All values are given as mean ± standard deviation. All results were analyzed by Student's t-test or by one-way analysis of variance (ANOVA) followed by Duncan's multiple range test using Statistical Analysis System software (SAS Institute Inc., Cary, NC). A p-value <0.05 indicated that there was a significant difference.
Lactobacillus kefiranofaciens M1 ameliorates cecal enlargement and stimulates intestinal epithelial cell growth in GF mice
We investigated the effects of the different administration periods of L. kefiranofaciens M1 on the intestines of GF mice. Cecal enlargement was observed in GF mice and increased with age (Fig. 2). Cecum weight decreased when the GF mice were singly inoculated with L. kefiranofaciens M1 when they were measured at the 8 week time point (SI-8w group); while, no significant difference was found between the gnotobiotic and GF control group at the 4 week time point (SI-4w group). These findings indicated that L. kefiranofaciens M1 was able to ameliorate the cecal enlargement of germ-free mice.
Four weeks old germ-free mice were single inoculated with live L. kefiranofaciens M1 (M1) intragastrically. The gnotobiotic mice associated with L. kefiranofaciens M1 and the parallel germ-free control mice were sacrificed after 4 and 8 weeks inoculation. The ceca were collected and weighted. (*p<0.05, Student's T-test).
Next we evaluated the villus-crypt axis and goblet cells in the ileum of the GF mice. The results showed that continuous oral administration of L. kefiranofaciens M1 for 2 weeks (CI-2w group) was able to increase the ileac villus length and crypt depth of the GF mice as compared with the GF mice control group and the single inoculation group (SI-4w group) at the 4 week time point (Fig 3A). When the goblet cells in these mice were examined, it was observed that the number of goblet cells increased with age (Fig 3B). Furthermore, the continuous inoculation group had significantly higher numbers of goblet cells than other two groups. These findings demonstrated that L. kefiranofaciens M1 is able to stimulate intestinal epithelial cell growth and goblet cell differentiation.
Distal ileum sections were stained by periodic acid-Schiff (PAS) stain for determining goblet cell on villi. Representative histological photographs (A) and quantitative goblet cell numbers (B) were shown. (Germ-free control: 8 weeks old germ-free mice control; SI-4w: 4 weeks old germ-free mice after inoculation with L. kefiranofaciens M1 for 4 weeks; SI-8w: 4 weeks old germ-free mice after inoculation with L. kefiranofaciens M1 for 8 weeks; CI-2w: 4 weeks old germ-free mice after 2 weeks continuous inoculation with L. kefiranofaciens M1 in a 2-day interval) (n = 20–35, *p<0.05, **p<0.01, Student's T-test).

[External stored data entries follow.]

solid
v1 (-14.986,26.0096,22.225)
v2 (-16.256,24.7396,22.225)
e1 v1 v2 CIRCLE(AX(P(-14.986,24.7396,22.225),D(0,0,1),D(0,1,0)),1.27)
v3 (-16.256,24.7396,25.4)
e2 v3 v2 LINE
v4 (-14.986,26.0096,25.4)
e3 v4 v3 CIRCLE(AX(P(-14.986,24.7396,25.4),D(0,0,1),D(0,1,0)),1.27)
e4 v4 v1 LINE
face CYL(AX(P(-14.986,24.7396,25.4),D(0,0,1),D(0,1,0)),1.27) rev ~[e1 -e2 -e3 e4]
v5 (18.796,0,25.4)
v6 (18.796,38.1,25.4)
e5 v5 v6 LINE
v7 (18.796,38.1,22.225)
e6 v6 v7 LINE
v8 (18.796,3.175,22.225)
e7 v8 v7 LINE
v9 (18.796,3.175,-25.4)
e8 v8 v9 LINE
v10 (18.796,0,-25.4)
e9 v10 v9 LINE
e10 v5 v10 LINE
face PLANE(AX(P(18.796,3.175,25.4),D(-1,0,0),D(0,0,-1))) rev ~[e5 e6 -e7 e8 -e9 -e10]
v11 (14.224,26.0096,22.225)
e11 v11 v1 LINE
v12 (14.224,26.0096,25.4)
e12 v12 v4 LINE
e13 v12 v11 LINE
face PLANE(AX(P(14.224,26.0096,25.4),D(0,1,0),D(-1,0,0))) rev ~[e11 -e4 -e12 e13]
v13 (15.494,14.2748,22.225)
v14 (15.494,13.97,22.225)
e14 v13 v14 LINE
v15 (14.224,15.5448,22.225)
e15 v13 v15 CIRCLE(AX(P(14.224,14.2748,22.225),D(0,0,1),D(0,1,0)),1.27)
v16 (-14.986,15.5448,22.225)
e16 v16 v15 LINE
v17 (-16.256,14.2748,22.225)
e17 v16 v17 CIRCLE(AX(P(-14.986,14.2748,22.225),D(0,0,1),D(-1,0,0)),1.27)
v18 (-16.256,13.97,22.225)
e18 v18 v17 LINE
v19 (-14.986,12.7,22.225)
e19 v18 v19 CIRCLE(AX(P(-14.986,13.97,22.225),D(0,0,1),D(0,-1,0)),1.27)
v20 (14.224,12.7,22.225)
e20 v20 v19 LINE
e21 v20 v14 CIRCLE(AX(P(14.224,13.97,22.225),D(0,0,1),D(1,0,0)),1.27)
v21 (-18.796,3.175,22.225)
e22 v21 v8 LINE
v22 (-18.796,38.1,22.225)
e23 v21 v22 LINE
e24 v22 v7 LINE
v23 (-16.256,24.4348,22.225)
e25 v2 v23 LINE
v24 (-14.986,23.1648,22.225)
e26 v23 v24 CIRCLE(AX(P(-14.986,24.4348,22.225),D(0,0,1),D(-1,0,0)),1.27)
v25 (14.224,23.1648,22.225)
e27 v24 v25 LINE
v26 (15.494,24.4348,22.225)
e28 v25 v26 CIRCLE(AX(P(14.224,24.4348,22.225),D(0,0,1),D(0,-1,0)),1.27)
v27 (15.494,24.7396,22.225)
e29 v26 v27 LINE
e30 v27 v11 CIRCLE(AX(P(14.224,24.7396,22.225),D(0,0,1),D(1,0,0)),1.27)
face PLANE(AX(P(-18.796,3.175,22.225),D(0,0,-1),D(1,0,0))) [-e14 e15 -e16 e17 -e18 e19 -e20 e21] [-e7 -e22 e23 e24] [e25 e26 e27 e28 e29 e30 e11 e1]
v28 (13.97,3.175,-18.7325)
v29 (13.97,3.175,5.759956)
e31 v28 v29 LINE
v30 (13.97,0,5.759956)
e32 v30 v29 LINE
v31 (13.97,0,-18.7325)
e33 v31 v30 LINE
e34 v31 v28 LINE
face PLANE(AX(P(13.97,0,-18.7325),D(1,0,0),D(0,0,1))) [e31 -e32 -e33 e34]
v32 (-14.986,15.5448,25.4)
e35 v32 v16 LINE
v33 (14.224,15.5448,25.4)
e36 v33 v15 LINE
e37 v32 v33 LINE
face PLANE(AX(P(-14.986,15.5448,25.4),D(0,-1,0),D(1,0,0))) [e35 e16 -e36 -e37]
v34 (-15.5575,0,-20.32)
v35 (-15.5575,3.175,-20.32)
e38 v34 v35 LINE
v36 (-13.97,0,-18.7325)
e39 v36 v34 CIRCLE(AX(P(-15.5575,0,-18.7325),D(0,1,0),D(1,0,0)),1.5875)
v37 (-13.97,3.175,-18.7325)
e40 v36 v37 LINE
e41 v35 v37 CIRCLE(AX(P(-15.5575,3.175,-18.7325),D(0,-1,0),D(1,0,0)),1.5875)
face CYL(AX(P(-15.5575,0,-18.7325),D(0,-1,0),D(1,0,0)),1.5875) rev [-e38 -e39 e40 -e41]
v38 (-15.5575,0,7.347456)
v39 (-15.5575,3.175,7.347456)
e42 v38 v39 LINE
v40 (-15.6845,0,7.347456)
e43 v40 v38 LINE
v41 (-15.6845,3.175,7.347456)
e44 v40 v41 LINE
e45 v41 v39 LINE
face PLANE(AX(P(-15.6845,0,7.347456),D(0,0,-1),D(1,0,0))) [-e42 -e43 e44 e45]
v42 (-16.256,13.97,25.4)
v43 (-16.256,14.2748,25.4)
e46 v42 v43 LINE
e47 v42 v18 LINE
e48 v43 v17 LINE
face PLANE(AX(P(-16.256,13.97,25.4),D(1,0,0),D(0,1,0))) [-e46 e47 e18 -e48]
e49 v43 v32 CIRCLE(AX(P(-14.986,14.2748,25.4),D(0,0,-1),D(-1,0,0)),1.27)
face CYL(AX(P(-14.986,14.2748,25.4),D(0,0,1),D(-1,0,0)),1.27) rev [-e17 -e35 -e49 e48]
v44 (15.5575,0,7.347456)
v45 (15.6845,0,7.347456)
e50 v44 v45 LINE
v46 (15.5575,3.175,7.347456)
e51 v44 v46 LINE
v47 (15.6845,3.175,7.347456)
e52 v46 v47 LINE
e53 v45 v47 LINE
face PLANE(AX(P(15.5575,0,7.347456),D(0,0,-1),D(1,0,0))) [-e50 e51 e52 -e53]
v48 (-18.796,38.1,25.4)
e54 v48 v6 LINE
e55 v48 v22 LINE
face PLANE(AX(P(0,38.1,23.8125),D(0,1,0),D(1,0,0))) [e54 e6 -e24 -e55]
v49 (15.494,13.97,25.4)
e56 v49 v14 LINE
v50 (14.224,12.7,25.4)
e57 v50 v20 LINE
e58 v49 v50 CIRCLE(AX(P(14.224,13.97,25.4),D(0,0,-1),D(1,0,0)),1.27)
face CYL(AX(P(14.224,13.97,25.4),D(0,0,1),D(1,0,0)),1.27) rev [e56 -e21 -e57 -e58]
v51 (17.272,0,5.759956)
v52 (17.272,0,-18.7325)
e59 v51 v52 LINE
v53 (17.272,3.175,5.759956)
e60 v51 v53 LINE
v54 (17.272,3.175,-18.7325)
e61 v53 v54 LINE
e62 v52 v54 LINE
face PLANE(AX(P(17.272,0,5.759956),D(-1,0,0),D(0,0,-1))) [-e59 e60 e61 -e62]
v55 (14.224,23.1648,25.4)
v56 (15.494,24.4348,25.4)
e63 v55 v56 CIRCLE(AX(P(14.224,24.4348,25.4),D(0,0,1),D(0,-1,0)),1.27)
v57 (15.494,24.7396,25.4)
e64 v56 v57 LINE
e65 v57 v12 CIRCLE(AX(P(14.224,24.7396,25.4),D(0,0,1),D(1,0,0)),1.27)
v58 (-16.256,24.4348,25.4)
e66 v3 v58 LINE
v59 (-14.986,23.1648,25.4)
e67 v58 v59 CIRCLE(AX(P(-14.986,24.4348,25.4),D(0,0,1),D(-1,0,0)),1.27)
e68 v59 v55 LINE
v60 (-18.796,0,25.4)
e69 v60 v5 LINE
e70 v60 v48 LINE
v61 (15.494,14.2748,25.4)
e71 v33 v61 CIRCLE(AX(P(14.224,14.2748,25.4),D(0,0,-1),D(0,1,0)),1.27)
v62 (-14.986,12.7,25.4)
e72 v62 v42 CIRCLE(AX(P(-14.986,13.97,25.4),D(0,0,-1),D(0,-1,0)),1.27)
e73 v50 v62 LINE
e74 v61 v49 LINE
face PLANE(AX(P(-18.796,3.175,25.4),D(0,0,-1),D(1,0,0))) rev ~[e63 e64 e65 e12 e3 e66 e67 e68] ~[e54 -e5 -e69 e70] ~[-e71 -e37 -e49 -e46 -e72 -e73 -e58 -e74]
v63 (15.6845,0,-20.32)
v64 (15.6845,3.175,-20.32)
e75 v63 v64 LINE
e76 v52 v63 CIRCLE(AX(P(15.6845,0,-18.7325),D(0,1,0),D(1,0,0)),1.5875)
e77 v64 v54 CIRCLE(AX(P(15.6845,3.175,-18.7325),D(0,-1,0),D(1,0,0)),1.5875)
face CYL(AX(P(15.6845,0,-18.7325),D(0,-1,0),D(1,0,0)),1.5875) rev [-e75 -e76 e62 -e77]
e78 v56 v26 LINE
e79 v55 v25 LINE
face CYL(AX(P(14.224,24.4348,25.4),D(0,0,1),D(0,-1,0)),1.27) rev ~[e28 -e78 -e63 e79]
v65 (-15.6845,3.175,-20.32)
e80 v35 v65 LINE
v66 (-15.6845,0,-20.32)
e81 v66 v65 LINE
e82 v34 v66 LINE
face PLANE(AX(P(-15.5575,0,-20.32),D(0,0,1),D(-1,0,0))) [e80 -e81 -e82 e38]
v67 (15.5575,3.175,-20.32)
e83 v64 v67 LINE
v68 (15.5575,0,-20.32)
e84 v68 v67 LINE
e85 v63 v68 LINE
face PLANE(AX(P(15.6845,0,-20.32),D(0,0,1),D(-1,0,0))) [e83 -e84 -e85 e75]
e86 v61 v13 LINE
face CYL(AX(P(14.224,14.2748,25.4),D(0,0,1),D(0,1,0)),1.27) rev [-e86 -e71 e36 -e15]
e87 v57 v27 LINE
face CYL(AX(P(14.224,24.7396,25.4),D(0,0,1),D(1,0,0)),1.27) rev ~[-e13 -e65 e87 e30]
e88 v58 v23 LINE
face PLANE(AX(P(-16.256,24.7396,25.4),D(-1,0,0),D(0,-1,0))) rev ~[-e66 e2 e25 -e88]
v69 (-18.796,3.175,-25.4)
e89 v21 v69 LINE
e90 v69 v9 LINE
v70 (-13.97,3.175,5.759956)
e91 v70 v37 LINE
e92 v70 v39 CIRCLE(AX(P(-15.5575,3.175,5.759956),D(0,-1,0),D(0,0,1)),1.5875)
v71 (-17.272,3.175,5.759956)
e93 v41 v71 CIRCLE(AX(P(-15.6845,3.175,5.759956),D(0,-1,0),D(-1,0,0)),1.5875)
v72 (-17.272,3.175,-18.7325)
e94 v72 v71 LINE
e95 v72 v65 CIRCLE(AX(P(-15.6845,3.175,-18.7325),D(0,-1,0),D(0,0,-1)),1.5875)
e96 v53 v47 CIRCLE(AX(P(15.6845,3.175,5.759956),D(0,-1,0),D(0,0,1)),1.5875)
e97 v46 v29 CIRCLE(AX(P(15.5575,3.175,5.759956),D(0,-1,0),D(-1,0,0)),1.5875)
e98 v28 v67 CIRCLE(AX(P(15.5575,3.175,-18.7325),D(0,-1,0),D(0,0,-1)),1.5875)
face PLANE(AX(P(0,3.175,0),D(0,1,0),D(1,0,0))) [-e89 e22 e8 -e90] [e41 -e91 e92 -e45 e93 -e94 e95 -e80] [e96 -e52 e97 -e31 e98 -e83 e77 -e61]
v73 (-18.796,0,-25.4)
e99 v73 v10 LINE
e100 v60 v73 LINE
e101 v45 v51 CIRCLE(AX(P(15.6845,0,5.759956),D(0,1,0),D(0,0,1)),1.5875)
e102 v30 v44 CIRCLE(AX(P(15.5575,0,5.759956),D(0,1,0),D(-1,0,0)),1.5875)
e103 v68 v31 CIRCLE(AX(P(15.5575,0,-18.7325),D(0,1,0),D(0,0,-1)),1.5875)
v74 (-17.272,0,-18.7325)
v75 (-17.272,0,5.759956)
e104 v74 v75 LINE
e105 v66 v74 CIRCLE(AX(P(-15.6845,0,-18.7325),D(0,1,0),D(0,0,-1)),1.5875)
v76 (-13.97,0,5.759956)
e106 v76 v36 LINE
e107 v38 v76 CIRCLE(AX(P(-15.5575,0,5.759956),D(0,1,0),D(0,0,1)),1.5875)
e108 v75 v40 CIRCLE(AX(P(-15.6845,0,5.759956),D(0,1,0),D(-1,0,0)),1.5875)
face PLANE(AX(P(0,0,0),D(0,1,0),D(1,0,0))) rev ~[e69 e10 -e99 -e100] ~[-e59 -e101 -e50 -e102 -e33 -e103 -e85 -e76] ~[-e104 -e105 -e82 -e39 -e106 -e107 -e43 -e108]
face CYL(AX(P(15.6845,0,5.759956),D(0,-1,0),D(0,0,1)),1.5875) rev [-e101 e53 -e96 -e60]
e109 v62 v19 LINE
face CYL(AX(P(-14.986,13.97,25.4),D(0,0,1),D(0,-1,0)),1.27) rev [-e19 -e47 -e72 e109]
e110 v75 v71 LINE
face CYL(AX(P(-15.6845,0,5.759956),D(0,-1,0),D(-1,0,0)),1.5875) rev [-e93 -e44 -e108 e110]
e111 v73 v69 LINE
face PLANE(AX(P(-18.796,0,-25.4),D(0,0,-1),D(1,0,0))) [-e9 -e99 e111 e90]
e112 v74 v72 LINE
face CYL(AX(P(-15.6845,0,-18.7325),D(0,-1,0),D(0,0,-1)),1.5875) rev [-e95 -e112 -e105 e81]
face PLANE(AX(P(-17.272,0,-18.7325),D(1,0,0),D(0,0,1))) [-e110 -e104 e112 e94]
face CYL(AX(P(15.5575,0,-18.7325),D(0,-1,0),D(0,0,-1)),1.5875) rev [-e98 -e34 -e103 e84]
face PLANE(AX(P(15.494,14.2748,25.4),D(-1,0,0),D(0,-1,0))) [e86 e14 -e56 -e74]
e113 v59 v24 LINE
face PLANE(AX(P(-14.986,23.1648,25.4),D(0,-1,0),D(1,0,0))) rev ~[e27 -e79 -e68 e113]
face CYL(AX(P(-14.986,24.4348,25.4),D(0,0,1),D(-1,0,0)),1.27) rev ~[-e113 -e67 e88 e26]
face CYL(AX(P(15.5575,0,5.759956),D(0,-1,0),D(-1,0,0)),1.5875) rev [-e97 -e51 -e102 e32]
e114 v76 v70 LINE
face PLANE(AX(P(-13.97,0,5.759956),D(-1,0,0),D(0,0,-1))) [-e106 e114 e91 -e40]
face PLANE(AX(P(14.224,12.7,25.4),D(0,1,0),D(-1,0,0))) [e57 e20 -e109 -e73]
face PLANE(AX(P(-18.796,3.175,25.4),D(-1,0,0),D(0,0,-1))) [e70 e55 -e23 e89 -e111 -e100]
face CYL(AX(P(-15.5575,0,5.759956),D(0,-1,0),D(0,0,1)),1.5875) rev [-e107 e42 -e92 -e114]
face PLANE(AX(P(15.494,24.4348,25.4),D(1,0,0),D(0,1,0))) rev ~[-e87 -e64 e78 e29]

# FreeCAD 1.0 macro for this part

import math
import FreeCAD as App
import Part
import Sketcher

V = App.Vector
Q = App.Units.Quantity


def add_polygon(sketch, points):
    """Adds a closed chain of lines whose ends are joined by coincident constraints."""
    first, n = sketch.GeometryCount, len(points)
    for a, b in zip(points, points[1:] + points[:1]):
        sketch.addGeometry(Part.LineSegment(App.Vector(*a, 0), App.Vector(*b, 0)), False)
    for i in range(n):
        sketch.addConstraint(Sketcher.Constraint("Coincident", first + i, 2, first + (i + 1) % n, 1))

doc = App.newDocument("Part")
body = doc.addObject("PartDesign::Body", "Body")

# Sketch on XZ plane
sketch1 = body.newObject("Sketcher::SketchObject", "Sketch")
sketch1.AttachmentSupport = (doc.getObject("XZ_Plane"), [""])
sketch1.MapMode = "FlatFace"
add_polygon(sketch1, [(-18.796, -25.4), (-18.796, 25.4), (18.796, 25.4), (18.796, -25.4)])  # lines 0-3
sketch1.addConstraint(Sketcher.Constraint("Vertical", 0))
sketch1.addConstraint(Sketcher.Constraint("Horizontal", 1))
sketch1.addConstraint(Sketcher.Constraint("Vertical", 2))
sketch1.addConstraint(Sketcher.Constraint("Horizontal", 3))
sketch1.addConstraint(Sketcher.Constraint("Symmetric", 0, 2, 2, 2, -1, 1))
sketch1.addConstraint(Sketcher.Constraint("DistanceY", 0, 1, 0, 2, Q("2 in")))
sketch1.addConstraint(Sketcher.Constraint("DistanceX", 1, 1, 1, 2, Q("1.48 in")))
pad1 = body.newObject("PartDesign::Pad", "Pad")
pad1.Profile = sketch1
pad1.Length = Q("0.125 in")
pad1.Reversed = True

Lactobacillus kefiranofaciens M1 ameliorates DSS-induced colitis in GF mice
Next, the effects of administration with kefiranofaciens M1 on DSS-induced colitis in GF mice were examined. The results showed that the GF mice that had been continuously inoculated with L. kefiranofaciens M1 for two weeks had a lower intestinal bleeding score (Fig. 4A) and showed less cecal enlargement (Fig. 4B) when the DSS-induced colitis model mice were compared the GF control mice. Colon shortening was also found to have significantly improved in the continuous inoculation group (Fig. 4C).
Means for data without a common letters differ significantly (p<0.05).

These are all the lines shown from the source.